[Opening Data to examine section]
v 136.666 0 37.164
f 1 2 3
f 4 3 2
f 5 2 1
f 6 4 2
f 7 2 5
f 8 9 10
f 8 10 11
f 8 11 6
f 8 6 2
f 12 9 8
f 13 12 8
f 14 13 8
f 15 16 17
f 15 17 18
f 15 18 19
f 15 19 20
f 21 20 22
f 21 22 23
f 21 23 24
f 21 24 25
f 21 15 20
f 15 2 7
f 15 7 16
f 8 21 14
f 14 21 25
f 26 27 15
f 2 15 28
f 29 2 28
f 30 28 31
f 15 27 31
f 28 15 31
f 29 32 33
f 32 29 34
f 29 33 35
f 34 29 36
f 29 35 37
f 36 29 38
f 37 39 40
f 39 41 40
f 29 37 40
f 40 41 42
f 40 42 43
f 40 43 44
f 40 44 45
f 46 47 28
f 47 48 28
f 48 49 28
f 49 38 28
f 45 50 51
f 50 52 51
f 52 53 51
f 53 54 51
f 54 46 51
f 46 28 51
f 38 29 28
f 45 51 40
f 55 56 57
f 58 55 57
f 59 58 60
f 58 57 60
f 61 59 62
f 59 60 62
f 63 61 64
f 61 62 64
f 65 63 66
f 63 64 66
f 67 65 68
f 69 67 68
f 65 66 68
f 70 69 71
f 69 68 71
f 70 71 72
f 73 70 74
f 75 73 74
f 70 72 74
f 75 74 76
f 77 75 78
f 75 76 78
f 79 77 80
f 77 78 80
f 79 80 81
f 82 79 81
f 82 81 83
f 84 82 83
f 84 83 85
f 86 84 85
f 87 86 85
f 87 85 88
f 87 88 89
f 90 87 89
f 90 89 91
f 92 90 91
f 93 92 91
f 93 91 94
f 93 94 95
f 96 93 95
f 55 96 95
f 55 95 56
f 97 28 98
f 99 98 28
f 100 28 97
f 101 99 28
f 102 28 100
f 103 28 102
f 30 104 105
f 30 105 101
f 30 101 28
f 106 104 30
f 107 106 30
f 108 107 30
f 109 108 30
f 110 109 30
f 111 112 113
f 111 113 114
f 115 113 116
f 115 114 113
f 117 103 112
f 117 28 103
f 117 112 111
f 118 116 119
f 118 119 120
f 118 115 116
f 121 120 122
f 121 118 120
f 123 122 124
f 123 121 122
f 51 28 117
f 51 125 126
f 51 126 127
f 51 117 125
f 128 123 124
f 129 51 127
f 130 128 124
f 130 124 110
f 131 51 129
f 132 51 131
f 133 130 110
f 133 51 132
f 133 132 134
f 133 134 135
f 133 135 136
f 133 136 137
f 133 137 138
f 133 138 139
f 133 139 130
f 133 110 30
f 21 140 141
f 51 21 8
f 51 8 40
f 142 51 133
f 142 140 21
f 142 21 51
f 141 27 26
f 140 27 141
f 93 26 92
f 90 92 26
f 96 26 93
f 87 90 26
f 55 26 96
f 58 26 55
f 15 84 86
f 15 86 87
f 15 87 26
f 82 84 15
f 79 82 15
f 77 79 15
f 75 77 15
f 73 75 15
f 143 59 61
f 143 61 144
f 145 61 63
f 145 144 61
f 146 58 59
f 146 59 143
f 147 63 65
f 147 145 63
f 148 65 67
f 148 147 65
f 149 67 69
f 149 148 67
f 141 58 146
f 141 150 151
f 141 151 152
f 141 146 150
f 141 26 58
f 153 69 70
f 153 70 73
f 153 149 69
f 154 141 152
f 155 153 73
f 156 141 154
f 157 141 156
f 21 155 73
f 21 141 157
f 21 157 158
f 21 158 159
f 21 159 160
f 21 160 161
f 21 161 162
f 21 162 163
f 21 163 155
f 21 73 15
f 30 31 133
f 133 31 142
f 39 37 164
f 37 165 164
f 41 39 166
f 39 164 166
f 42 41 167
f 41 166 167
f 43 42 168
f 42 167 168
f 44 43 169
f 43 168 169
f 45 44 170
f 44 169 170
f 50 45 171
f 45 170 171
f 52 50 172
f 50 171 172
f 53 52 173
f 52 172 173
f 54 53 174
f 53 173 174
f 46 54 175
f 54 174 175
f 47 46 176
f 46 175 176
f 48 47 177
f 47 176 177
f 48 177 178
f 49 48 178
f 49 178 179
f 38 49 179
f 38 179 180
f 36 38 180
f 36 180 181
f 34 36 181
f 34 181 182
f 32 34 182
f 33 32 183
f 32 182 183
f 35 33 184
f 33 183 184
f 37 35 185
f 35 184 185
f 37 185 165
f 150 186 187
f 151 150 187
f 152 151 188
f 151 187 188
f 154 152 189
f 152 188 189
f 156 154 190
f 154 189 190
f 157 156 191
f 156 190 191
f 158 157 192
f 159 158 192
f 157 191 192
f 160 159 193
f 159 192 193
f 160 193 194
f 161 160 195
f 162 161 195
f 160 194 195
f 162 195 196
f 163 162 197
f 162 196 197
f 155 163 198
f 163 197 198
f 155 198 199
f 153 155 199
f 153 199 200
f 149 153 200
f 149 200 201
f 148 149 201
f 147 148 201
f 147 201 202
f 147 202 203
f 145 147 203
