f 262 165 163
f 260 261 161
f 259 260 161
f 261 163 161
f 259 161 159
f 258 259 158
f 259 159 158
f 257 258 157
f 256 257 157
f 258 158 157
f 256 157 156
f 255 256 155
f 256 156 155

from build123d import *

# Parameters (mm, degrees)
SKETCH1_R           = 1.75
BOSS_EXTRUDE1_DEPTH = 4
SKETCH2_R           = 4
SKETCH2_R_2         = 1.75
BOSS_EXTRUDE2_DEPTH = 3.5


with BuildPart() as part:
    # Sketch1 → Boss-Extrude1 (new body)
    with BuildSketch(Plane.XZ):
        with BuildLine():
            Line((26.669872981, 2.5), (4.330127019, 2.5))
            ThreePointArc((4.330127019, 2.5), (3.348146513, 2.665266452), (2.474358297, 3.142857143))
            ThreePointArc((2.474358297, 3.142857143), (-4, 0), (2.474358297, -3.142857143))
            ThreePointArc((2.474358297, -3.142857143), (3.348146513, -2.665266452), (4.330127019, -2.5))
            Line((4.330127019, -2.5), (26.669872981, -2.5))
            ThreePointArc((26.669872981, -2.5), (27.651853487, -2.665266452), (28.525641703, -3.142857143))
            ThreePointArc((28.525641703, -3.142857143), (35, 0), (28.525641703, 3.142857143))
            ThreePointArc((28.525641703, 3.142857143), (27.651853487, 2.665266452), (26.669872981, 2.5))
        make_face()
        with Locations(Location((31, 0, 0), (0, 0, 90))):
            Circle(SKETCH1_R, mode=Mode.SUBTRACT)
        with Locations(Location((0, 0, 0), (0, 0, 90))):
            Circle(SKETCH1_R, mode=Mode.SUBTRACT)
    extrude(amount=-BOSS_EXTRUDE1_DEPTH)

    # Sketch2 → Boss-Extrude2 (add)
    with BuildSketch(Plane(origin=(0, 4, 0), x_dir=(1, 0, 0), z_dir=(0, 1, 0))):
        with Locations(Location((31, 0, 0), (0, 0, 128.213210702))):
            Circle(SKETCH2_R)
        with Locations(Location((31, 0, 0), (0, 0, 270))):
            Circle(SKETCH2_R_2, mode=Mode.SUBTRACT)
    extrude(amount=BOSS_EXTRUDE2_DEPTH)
[Closing Data to examine section]
Task objective |
Return the material in full, exactly as shown.

Reply to the exercise |
v 136.666 0 37.164
f 1 2 3
f 4 3 2
f 5 2 1
f 6 4 2
f 7 2 5
f 8 9 10
f 8 10 11
f 8 11 6
f 8 6 2
f 12 9 8
f 13 12 8
f 14 13 8
f 15 16 17
f 15 17 18
f 15 18 19
f 15 19 20
f 21 20 22
f 21 22 23
f 21 23 24
f 21 24 25
f 21 15 20
f 15 2 7
f 15 7 16
f 8 21 14
f 14 21 25
f 26 27 15
f 2 15 28
f 29 2 28
f 30 28 31
f 15 27 31
f 28 15 31
f 29 32 33
f 32 29 34
f 29 33 35
f 34 29 36
f 29 35 37
f 36 29 38
f 37 39 40
f 39 41 40
f 29 37 40
f 40 41 42
f 40 42 43
f 40 43 44
f 40 44 45
f 46 47 28
f 47 48 28
f 48 49 28
f 49 38 28
f 45 50 51
f 50 52 51
f 52 53 51
f 53 54 51
f 54 46 51
f 46 28 51
f 38 29 28
f 45 51 40
f 55 56 57
f 58 55 57
f 59 58 60
f 58 57 60
f 61 59 62
f 59 60 62
f 63 61 64
f 61 62 64
f 65 63 66
f 63 64 66
f 67 65 68
f 69 67 68
f 65 66 68
f 70 69 71
f 69 68 71
f 70 71 72
f 73 70 74
f 75 73 74
f 70 72 74
f 75 74 76
f 77 75 78
f 75 76 78
f 79 77 80
f 77 78 80
f 79 80 81
f 82 79 81
f 82 81 83
f 84 82 83
f 84 83 85
f 86 84 85
f 87 86 85
f 87 85 88
f 87 88 89
f 90 87 89
f 90 89 91
f 92 90 91
f 93 92 91
f 93 91 94
f 93 94 95
f 96 93 95
f 55 96 95
f 55 95 56
f 97 28 98
f 99 98 28
f 100 28 97
f 101 99 28
f 102 28 100
f 103 28 102
f 30 104 105
f 30 105 101
f 30 101 28
f 106 104 30
f 107 106 30
f 108 107 30
f 109 108 30
f 110 109 30
f 111 112 113
f 111 113 114
f 115 113 116
f 115 114 113
f 117 103 112
f 117 28 103
f 117 112 111
f 118 116 119
f 118 119 120
f 118 115 116
f 121 120 122
f 121 118 120
f 123 122 124
f 123 121 122
f 51 28 117
f 51 125 126
f 51 126 127
f 51 117 125
f 128 123 124
f 129 51 127
f 130 128 124
f 130 124 110
f 131 51 129
f 132 51 131
f 133 130 110
f 133 51 132
f 133 132 134
f 133 134 135
f 133 135 136
f 133 136 137
f 133 137 138
f 133 138 139
f 133 139 130
f 133 110 30
f 21 140 141
f 51 21 8
f 51 8 40
f 142 51 133
f 142 140 21
f 142 21 51
f 141 27 26
f 140 27 141
f 93 26 92
f 90 92 26
f 96 26 93
f 87 90 26
f 55 26 96
f 58 26 55
f 15 84 86
f 15 86 87
f 15 87 26
f 82 84 15
f 79 82 15
f 77 79 15
f 75 77 15
f 73 75 15
f 143 59 61
f 143 61 144
f 145 61 63
f 145 144 61
f 146 58 59
f 146 59 143
f 147 63 65
f 147 145 63
f 148 65 67
f 148 147 65
f 149 67 69
f 149 148 67
f 141 58 146
f 141 150 151
f 141 151 152
f 141 146 150
f 141 26 58
f 153 69 70
f 153 70 73
f 153 149 69
f 154 141 152
f 155 153 73
f 156 141 154
f 157 141 156
f 21 155 73
f 21 141 157
f 21 157 158
f 21 158 159
f 21 159 160
f 21 160 161
f 21 161 162
f 21 162 163
f 21 163 155
f 21 73 15
f 30 31 133
f 133 31 142
f 39 37 164
f 37 165 164
f 41 39 166
f 39 164 166
f 42 41 167
f 41 166 167
f 43 42 168
f 42 167 168
f 44 43 169
f 43 168 169
f 45 44 170
f 44 169 170
f 50 45 171
f 45 170 171
f 52 50 172
f 50 171 172
f 53 52 173
f 52 172 173
f 54 53 174
f 53 173 174
f 46 54 175
f 54 174 175
f 47 46 176
f 46 175 176
f 48 47 177
f 47 176 177
f 48 177 178
f 49 48 178
f 49 178 179
f 38 49 179
f 38 179 180
f 36 38 180
f 36 180 181
f 34 36 181
f 34 181 182
f 32 34 182
f 33 32 183
f 32 182 183
f 35 33 184
f 33 183 184
f 37 35 185
f 35 184 185
f 37 185 165
f 150 186 187
f 151 150 187
f 152 151 188
f 151 187 188
f 154 152 189
f 152 188 189
f 156 154 190
f 154 189 190
f 157 156 191
f 156 190 191
f 158 157 192
f 159 158 192
f 157 191 192
f 160 159 193
f 159 192 193
f 160 193 194
f 161 160 195
f 162 161 195
f 160 194 195
f 162 195 196
f 163 162 197
f 162 196 197
f 155 163 198
f 163 197 198
f 155 198 199
f 153 155 199
f 153 199 200
f 149 153 200
f 149 200 201
f 148 149 201
f 147 148 201
f 147 201 202
f 147 202 203
f 145 147 203
f 262 165 163
f 260 261 161
f 259 260 161
f 261 163 161
f 259 161 159
f 258 259 158
f 259 159 158
f 257 258 157
f 256 257 157
f 258 158 157
f 256 157 156
f 255 256 155
f 256 156 155

from build123d import *

# Parameters (mm, degrees)
SKETCH1_R           = 1.75
BOSS_EXTRUDE1_DEPTH = 4
SKETCH2_R           = 4
SKETCH2_R_2         = 1.75
BOSS_EXTRUDE2_DEPTH = 3.5


with BuildPart() as part:
    # Sketch1 → Boss-Extrude1 (new body)
    with BuildSketch(Plane.XZ):
        with BuildLine():
            Line((26.669872981, 2.5), (4.330127019, 2.5))
            ThreePointArc((4.330127019, 2.5), (3.348146513, 2.665266452), (2.474358297, 3.142857143))
            ThreePointArc((2.474358297, 3.142857143), (-4, 0), (2.474358297, -3.142857143))
            ThreePointArc((2.474358297, -3.142857143), (3.348146513, -2.665266452), (4.330127019, -2.5))
            Line((4.330127019, -2.5), (26.669872981, -2.5))
            ThreePointArc((26.669872981, -2.5), (27.651853487, -2.665266452), (28.525641703, -3.142857143))
            ThreePointArc((28.525641703, -3.142857143), (35, 0), (28.525641703, 3.142857143))
            ThreePointArc((28.525641703, 3.142857143), (27.651853487, 2.665266452), (26.669872981, 2.5))
        make_face()
        with Locations(Location((31, 0, 0), (0, 0, 90))):
            Circle(SKETCH1_R, mode=Mode.SUBTRACT)
        with Locations(Location((0, 0, 0), (0, 0, 90))):
            Circle(SKETCH1_R, mode=Mode.SUBTRACT)
    extrude(amount=-BOSS_EXTRUDE1_DEPTH)

    # Sketch2 → Boss-Extrude2 (add)
    with BuildSketch(Plane(origin=(0, 4, 0), x_dir=(1, 0, 0), z_dir=(0, 1, 0))):
        with Locations(Location((31, 0, 0), (0, 0, 128.213210702))):
            Circle(SKETCH2_R)
        with Locations(Location((31, 0, 0), (0, 0, 270))):
            Circle(SKETCH2_R_2, mode=Mode.SUBTRACT)
    extrude(amount=BOSS_EXTRUDE2_DEPTH)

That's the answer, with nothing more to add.